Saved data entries
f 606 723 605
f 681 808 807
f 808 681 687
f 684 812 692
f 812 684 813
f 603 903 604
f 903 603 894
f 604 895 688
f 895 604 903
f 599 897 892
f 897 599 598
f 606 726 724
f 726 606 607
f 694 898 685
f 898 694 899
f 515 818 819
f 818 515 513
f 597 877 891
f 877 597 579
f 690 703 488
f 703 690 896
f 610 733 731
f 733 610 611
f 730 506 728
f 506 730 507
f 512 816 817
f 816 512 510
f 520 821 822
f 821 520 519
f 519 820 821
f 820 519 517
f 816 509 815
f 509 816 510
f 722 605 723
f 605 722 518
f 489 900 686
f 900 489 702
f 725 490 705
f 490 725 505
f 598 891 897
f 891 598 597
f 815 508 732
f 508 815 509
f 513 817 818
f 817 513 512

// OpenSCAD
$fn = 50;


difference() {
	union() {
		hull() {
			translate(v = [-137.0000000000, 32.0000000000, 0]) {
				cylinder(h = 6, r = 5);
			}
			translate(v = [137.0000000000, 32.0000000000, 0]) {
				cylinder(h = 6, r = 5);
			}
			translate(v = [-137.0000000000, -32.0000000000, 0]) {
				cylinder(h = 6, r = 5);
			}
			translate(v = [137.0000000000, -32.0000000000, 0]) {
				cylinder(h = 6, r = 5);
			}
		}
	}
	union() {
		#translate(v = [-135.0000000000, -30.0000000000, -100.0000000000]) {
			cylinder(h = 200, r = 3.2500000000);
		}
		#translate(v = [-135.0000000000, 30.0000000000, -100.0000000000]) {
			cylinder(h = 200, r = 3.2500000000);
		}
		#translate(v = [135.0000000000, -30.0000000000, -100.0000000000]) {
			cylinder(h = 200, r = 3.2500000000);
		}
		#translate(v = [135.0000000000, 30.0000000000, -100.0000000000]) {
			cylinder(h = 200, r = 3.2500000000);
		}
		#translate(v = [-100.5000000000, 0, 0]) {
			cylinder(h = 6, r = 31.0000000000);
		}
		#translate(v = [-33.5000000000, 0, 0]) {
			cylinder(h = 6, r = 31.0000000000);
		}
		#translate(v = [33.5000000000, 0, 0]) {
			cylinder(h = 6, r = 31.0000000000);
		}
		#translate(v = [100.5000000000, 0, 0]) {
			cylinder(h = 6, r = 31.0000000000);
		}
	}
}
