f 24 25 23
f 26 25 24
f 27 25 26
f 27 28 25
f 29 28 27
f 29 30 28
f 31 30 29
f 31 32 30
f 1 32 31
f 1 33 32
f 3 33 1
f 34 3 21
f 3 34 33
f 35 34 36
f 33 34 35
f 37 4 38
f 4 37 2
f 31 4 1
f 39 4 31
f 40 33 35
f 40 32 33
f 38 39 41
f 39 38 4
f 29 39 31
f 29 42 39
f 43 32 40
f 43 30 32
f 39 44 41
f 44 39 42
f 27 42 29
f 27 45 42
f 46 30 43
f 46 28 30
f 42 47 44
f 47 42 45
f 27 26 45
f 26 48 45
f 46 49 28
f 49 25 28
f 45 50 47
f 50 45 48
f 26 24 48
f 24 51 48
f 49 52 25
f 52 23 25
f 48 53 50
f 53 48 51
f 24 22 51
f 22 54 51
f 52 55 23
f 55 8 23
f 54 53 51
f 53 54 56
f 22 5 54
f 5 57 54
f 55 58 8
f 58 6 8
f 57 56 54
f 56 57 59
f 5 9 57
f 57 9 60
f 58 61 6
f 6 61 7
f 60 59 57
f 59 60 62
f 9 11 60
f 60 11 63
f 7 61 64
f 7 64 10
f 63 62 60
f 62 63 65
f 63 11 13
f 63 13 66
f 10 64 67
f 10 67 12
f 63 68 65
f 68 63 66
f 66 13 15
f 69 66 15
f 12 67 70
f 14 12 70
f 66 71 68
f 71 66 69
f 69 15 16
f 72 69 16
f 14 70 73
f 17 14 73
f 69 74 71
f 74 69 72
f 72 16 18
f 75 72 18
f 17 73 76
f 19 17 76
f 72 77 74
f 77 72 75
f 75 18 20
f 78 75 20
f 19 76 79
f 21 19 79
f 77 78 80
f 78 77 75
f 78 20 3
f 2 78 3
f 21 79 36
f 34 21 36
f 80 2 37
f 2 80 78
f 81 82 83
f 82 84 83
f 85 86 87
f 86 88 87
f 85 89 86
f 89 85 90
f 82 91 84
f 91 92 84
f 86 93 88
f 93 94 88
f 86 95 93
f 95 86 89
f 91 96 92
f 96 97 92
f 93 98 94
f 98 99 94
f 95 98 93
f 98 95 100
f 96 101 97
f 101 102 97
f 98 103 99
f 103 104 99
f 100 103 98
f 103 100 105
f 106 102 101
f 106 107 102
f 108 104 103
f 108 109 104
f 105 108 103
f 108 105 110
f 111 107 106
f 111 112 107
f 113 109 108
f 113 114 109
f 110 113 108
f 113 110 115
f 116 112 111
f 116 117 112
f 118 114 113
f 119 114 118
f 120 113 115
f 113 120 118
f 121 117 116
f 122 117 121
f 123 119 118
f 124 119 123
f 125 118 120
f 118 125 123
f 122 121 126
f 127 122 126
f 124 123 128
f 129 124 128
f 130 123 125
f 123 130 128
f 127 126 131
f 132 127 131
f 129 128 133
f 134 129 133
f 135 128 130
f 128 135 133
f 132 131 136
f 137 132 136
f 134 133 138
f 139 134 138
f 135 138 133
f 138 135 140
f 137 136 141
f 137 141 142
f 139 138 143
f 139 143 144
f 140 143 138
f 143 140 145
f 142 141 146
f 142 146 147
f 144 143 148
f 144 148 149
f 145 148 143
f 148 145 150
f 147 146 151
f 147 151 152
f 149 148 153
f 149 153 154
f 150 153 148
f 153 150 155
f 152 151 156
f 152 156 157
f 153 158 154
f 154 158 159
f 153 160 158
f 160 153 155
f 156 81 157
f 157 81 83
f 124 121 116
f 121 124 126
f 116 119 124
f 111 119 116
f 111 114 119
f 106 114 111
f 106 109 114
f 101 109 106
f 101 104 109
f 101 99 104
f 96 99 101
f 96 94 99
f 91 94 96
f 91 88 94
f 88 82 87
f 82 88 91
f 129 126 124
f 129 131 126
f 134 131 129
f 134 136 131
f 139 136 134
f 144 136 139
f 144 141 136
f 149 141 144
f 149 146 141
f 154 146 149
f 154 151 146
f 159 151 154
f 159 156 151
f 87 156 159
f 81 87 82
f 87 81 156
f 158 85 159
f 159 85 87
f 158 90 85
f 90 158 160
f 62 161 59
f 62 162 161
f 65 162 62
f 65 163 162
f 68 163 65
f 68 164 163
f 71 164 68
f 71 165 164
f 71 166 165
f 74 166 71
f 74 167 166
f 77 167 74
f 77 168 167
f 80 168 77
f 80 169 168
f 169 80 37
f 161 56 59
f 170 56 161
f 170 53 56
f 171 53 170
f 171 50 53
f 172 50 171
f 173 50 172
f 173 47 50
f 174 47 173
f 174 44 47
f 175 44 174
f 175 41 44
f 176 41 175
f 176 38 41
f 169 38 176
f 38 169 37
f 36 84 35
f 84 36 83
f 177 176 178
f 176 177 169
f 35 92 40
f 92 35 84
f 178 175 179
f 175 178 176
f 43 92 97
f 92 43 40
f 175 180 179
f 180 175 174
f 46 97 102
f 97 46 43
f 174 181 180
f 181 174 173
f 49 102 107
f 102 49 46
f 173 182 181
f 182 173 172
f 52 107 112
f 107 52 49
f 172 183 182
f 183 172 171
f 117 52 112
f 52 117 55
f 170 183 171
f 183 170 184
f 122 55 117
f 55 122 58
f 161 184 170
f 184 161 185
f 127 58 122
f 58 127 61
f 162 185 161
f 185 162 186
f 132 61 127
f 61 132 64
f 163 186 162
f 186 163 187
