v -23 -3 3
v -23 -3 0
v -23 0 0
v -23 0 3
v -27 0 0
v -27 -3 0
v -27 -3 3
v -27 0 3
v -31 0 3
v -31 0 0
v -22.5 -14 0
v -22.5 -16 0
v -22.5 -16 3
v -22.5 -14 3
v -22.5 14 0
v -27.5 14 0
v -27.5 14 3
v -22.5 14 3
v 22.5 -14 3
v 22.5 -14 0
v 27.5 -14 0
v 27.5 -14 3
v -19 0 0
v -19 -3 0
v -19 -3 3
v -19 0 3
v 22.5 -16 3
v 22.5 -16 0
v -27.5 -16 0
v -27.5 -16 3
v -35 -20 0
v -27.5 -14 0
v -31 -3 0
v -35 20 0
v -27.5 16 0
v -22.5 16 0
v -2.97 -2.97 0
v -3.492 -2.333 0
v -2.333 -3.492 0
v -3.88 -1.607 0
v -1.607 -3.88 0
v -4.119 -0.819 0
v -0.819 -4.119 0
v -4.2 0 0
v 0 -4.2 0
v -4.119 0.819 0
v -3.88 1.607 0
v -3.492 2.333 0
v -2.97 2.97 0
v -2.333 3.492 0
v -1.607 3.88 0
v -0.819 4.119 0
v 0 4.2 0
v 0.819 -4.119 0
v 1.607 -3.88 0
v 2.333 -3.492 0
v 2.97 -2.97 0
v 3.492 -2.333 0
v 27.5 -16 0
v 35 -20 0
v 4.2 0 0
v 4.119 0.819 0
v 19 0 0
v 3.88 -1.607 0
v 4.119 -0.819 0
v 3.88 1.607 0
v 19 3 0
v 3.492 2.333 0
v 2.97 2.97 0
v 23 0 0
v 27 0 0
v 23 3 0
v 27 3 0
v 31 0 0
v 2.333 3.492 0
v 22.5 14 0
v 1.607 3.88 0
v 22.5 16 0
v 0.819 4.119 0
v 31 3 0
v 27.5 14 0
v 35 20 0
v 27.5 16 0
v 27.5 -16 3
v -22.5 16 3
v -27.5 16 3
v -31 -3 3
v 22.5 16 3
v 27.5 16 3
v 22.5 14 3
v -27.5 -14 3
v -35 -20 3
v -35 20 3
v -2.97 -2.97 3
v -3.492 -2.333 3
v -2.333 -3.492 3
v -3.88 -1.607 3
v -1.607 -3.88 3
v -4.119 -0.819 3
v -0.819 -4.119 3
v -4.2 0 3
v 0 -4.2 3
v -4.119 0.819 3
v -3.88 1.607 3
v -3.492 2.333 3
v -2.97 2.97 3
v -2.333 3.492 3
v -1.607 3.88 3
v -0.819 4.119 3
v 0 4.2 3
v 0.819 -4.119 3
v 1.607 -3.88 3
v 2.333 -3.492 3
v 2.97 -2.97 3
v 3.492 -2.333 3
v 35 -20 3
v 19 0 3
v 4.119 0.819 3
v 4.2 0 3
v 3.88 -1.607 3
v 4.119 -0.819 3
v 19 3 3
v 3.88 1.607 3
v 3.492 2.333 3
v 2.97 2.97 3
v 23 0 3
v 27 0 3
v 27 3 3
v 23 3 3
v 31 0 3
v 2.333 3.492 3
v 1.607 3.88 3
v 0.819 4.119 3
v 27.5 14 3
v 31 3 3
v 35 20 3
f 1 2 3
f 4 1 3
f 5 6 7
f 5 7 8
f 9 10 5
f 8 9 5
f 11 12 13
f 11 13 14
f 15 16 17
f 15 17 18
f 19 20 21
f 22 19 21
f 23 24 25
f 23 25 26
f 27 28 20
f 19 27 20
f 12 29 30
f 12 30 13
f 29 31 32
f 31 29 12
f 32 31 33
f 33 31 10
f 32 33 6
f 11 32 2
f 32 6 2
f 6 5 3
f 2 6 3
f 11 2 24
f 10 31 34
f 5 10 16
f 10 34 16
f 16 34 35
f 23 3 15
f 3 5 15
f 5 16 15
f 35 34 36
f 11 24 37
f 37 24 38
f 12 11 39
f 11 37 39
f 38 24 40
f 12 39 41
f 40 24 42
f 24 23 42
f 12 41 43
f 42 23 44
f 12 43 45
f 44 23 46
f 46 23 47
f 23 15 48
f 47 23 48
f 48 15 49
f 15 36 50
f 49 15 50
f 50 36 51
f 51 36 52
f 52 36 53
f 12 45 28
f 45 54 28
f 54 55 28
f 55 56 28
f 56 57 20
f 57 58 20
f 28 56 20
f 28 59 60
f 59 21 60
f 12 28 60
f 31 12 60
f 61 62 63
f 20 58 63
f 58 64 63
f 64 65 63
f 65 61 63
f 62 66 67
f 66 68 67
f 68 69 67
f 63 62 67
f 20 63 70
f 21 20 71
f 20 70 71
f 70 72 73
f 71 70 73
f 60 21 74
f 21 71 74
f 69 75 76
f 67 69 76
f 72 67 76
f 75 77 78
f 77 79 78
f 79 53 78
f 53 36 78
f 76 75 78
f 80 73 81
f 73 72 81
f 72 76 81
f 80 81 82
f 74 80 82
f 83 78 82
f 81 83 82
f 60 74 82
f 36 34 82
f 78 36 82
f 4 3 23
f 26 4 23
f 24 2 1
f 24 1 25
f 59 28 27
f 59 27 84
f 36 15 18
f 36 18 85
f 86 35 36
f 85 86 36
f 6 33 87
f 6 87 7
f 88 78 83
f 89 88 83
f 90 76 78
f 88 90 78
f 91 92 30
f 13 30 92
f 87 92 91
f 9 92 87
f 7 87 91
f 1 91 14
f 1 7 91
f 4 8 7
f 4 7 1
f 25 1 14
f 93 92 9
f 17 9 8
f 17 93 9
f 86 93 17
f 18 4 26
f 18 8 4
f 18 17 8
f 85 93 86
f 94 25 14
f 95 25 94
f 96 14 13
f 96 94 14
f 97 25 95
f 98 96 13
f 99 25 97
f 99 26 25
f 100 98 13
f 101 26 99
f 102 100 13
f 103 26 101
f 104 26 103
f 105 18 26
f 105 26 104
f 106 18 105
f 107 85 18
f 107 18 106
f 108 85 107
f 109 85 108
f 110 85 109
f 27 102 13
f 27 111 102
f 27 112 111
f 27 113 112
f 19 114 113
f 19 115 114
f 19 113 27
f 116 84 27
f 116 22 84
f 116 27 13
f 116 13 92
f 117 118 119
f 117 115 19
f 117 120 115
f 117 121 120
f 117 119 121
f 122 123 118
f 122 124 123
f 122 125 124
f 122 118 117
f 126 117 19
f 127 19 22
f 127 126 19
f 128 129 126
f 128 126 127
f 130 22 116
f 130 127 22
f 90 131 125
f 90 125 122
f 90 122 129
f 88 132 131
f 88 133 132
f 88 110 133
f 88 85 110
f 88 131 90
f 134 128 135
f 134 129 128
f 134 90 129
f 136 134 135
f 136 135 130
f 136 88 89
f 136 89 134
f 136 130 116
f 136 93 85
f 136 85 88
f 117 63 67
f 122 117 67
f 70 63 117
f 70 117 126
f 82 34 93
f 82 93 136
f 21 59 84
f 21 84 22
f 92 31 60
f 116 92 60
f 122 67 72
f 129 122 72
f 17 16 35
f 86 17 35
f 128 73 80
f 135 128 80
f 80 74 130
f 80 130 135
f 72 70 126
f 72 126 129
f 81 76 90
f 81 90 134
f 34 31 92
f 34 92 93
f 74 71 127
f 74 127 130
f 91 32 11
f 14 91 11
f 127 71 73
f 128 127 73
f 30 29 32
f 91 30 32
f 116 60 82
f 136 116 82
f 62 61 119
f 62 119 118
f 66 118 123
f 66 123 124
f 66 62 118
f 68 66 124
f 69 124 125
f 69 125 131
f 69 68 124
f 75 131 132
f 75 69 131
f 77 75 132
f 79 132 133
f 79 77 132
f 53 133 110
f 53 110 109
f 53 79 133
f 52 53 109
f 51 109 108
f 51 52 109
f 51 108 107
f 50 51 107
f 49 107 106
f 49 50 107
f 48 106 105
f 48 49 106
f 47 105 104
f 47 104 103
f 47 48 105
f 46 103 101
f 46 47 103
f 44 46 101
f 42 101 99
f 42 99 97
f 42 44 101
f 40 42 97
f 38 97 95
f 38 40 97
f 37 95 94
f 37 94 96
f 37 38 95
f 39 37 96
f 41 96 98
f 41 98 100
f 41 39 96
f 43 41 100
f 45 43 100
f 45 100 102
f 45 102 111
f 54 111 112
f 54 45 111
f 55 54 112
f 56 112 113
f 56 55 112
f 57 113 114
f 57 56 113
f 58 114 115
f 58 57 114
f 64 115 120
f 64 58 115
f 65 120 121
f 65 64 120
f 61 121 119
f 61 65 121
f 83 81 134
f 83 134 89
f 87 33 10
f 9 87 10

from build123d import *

# Parameters (mm, degrees)
SKETCH_W   = 70
SKETCH_H   = 40
SKETCH_R   = 4.2
SKETCH_W_2 = 5
SKETCH_H_2 = 2
SKETCH_W_3 = 4
SKETCH_H_3 = 3
PAD_DEPTH  = 3


with BuildPart() as part:
    # Sketch → Pad (new body)
    with BuildSketch(Plane.XY):
        Rectangle(SKETCH_W, SKETCH_H)
        Circle(SKETCH_R, mode=Mode.SUBTRACT)
        with Locations((-25, 15)):
            Rectangle(SKETCH_W_2, SKETCH_H_2, mode=Mode.SUBTRACT)
        with Locations((25, 15)):
            Rectangle(SKETCH_W_2, SKETCH_H_2, mode=Mode.SUBTRACT)
        with Locations((25, -15)):
            Rectangle(SKETCH_W_2, SKETCH_H_2, mode=Mode.SUBTRACT)
        with Locations((-25, -15)):
            Rectangle(SKETCH_W_2, SKETCH_H_2, mode=Mode.SUBTRACT)
        with Locations((-29, -1.5)):
            Rectangle(SKETCH_W_3, SKETCH_H_3, mode=Mode.SUBTRACT)
        with Locations((-21, -1.5)):
            Rectangle(SKETCH_W_3, SKETCH_H_3, mode=Mode.SUBTRACT)
        with Locations((21, 1.5)):
            Rectangle(SKETCH_W_3, SKETCH_H_3, mode=Mode.SUBTRACT)
        with Locations((29, 1.5)):
            Rectangle(SKETCH_W_3, SKETCH_H_3, mode=Mode.SUBTRACT)
    extrude(amount=PAD_DEPTH)


solid = part.part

(What you should do)
Using the data above, state the number of lines that contain the word "translate"; add nothing else.

(Result of the exercise)
12